SAT JUNE 06 2026-theGBJournal| Nigeria’s naira strengthened for a second consecutive week, gaining 1.0% against the U.S. dollar in the official foreign-exchange market to close at NGN1,361.00/USD, as robust offshore inflows linked to the Central Bank of Nigeria’s Open Market Operation (OMO) auction helped offset prevailing domestic demand pressures.
Market participants attributed the currency’s appreciation largely to foreign portfolio inflows generated by Tuesday’s OMO sale, which boosted hard-currency liquidity and improved supply conditions in the foreign-exchange market.
The inflows came amid sustained investor interest in Nigeria’s high-yield fixed-income instruments, reinforcing confidence in the naira and easing pressure on the local currency.
Supporting the positive sentiment, Nigeria’s gross external reserves rose by $456.73 million to $50.04 billion as of June 4, 2026, extending their upward trajectory for a fourth consecutive week.

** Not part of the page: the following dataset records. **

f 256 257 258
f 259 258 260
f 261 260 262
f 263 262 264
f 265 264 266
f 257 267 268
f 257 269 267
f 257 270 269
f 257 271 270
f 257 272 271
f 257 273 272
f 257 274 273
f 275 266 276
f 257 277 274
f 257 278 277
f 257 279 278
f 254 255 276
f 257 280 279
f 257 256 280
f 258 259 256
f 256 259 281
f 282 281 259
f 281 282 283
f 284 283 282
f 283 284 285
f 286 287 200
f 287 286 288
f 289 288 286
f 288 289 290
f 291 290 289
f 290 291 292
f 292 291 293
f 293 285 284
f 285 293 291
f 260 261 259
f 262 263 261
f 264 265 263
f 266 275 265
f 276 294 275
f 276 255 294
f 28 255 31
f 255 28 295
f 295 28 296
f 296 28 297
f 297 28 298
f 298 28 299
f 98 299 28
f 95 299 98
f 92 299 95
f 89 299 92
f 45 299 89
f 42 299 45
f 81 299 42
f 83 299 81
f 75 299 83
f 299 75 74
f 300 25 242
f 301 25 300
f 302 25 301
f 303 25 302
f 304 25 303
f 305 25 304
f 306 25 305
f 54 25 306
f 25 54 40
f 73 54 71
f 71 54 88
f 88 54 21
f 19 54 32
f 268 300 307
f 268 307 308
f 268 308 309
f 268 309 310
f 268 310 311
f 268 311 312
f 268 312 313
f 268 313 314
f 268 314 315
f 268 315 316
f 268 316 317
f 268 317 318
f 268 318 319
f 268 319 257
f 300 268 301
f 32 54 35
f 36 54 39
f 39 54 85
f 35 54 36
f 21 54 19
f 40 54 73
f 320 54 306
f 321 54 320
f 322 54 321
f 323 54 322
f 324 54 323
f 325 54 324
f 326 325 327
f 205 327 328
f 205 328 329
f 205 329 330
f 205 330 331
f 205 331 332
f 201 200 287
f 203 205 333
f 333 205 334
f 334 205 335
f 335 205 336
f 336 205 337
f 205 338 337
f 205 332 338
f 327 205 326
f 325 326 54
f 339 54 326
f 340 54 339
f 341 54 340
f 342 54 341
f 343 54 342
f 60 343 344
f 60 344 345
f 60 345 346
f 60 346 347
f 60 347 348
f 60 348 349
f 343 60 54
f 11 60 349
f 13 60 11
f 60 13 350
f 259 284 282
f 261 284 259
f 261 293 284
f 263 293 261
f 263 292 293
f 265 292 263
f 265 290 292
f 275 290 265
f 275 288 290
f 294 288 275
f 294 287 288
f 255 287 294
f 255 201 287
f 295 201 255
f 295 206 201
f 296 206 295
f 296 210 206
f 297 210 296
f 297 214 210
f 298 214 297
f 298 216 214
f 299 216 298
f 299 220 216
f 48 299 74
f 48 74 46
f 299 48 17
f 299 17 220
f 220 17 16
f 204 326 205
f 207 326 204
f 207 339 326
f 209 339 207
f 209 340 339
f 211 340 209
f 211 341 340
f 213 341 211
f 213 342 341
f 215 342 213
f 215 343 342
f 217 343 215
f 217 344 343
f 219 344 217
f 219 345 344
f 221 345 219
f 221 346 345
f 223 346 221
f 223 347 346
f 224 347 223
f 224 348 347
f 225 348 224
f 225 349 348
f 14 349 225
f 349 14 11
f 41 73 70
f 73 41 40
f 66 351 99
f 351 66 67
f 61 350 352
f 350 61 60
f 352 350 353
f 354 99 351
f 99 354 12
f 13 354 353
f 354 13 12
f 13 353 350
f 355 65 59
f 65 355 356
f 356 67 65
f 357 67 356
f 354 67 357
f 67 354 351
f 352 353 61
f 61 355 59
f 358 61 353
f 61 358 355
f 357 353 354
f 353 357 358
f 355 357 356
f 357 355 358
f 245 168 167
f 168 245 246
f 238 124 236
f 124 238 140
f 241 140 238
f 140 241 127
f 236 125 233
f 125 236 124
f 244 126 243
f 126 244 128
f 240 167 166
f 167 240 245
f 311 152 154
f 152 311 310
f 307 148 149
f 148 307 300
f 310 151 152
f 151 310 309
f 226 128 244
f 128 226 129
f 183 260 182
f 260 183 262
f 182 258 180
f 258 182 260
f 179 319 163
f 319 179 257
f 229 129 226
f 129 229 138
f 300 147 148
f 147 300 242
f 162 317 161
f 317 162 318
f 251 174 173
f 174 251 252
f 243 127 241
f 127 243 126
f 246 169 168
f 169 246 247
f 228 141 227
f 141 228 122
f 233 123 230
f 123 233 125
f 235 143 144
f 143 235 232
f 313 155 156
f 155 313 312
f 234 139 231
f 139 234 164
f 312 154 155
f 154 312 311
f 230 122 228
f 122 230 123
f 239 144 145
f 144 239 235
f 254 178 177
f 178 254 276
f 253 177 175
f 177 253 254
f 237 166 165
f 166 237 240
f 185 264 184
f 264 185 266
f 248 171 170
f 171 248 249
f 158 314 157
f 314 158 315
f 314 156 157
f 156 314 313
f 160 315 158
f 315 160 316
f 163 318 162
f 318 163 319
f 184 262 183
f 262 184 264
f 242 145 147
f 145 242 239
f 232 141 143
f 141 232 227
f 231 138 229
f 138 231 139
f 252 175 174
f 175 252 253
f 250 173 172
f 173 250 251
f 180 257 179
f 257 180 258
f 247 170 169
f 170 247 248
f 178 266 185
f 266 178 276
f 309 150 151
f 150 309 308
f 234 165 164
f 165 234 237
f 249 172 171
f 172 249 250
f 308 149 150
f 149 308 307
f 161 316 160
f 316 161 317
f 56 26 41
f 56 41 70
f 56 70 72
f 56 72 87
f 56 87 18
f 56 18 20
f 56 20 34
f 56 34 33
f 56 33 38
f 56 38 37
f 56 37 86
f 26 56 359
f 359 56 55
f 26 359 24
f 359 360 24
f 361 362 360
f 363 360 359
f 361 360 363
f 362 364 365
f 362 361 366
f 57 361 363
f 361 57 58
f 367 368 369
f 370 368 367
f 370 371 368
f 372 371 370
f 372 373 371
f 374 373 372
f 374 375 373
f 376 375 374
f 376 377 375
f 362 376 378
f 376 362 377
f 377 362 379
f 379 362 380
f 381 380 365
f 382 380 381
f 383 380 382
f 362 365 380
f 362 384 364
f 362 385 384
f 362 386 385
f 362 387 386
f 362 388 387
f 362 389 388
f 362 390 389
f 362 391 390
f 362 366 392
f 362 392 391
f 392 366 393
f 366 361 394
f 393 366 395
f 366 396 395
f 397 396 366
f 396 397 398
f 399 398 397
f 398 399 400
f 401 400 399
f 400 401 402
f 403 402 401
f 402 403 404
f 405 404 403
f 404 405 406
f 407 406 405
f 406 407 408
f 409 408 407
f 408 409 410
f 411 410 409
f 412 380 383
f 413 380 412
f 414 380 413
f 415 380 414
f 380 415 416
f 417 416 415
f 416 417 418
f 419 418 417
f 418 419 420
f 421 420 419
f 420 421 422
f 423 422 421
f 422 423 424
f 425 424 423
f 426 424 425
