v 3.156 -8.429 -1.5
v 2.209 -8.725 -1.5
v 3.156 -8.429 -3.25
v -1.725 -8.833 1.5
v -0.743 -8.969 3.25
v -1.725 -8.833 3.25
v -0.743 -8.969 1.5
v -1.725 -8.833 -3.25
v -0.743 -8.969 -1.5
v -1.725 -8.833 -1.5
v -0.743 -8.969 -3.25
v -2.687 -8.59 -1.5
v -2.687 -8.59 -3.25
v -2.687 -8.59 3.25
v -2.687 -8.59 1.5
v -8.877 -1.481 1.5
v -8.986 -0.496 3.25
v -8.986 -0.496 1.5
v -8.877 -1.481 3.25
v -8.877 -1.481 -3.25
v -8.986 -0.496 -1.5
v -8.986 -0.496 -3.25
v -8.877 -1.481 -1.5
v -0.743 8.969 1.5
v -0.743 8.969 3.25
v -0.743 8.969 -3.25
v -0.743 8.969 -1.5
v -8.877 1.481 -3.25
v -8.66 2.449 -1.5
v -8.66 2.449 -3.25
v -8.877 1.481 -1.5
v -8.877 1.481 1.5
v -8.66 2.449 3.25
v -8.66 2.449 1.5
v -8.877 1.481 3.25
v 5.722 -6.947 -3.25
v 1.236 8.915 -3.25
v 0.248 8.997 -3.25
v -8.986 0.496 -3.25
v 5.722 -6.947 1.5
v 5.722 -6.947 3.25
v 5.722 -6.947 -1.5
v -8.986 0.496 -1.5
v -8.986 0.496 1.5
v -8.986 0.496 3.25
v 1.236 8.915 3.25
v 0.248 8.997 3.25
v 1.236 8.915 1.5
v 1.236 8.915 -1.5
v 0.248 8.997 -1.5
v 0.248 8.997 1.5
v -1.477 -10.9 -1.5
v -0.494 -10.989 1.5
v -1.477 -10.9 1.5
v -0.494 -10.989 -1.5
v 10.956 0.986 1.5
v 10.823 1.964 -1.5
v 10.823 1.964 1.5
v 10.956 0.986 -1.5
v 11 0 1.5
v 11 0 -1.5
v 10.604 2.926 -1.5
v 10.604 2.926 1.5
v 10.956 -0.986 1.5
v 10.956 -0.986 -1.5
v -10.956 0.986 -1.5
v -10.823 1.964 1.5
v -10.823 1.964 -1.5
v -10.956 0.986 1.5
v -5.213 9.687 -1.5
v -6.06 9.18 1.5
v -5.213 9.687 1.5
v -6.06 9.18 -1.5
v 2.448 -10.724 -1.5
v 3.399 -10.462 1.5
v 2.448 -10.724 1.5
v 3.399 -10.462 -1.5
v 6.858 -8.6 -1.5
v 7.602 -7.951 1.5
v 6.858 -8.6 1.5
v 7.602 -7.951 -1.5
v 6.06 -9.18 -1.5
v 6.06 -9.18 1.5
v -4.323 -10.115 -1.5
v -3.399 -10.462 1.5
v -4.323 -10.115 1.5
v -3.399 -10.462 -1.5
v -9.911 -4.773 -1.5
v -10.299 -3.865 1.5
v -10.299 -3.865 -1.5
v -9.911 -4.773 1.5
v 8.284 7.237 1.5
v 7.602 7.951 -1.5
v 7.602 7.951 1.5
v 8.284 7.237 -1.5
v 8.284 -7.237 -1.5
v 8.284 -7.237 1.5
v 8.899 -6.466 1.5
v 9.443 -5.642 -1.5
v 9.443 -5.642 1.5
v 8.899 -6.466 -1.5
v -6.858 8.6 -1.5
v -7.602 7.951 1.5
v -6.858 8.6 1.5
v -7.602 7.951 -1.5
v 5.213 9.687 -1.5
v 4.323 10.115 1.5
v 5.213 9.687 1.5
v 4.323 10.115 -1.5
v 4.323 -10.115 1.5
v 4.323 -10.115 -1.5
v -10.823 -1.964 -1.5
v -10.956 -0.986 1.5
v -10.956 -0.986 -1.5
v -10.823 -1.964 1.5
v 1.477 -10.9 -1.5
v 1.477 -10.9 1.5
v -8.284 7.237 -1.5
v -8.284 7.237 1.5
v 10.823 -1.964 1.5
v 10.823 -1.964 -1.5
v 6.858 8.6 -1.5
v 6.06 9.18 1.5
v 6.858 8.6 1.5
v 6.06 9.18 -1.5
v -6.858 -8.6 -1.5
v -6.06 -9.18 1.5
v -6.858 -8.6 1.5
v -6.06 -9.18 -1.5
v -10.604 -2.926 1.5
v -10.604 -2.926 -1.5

The continued accumulation of reserves is expected to strengthen the Central Bank’s capacity to support market liquidity and absorb potential external shocks, while providing additional backing for exchange-rate stability.
The improvement in foreign-exchange fundamentals was also reflected in the derivatives market, where forward contracts recorded broad-based gains across all tenors. The one-month forward rate appreciated by 0.8% to NGN1,385.94/USD, while the three-month contract strengthened by 0.9% to NGN1,423.93/USD.
Longer-dated contracts posted even stronger gains, with the six-month forward rate advancing 1.0% to NGN1,477.71/USD and the one-year contract rising 1.2% to NGN1,585.65/USD.
The synchronized appreciation across the forward curve signals improving market expectations for naira stability over the medium term and suggests investors are pricing in continued foreign-exchange inflows and tighter liquidity management by monetary authorities.
The naira’s performance comes as policymakers seek to consolidate gains from ongoing reforms aimed at improving market transparency, attracting foreign capital and rebuilding external buffers.
With reserves now back above the $50 billion threshold and foreign participation in local debt markets remaining strong, analysts expect the currency to remain supported in the near term, although sustained stability will depend on the durability of portfolio inflows and broader external market conditions.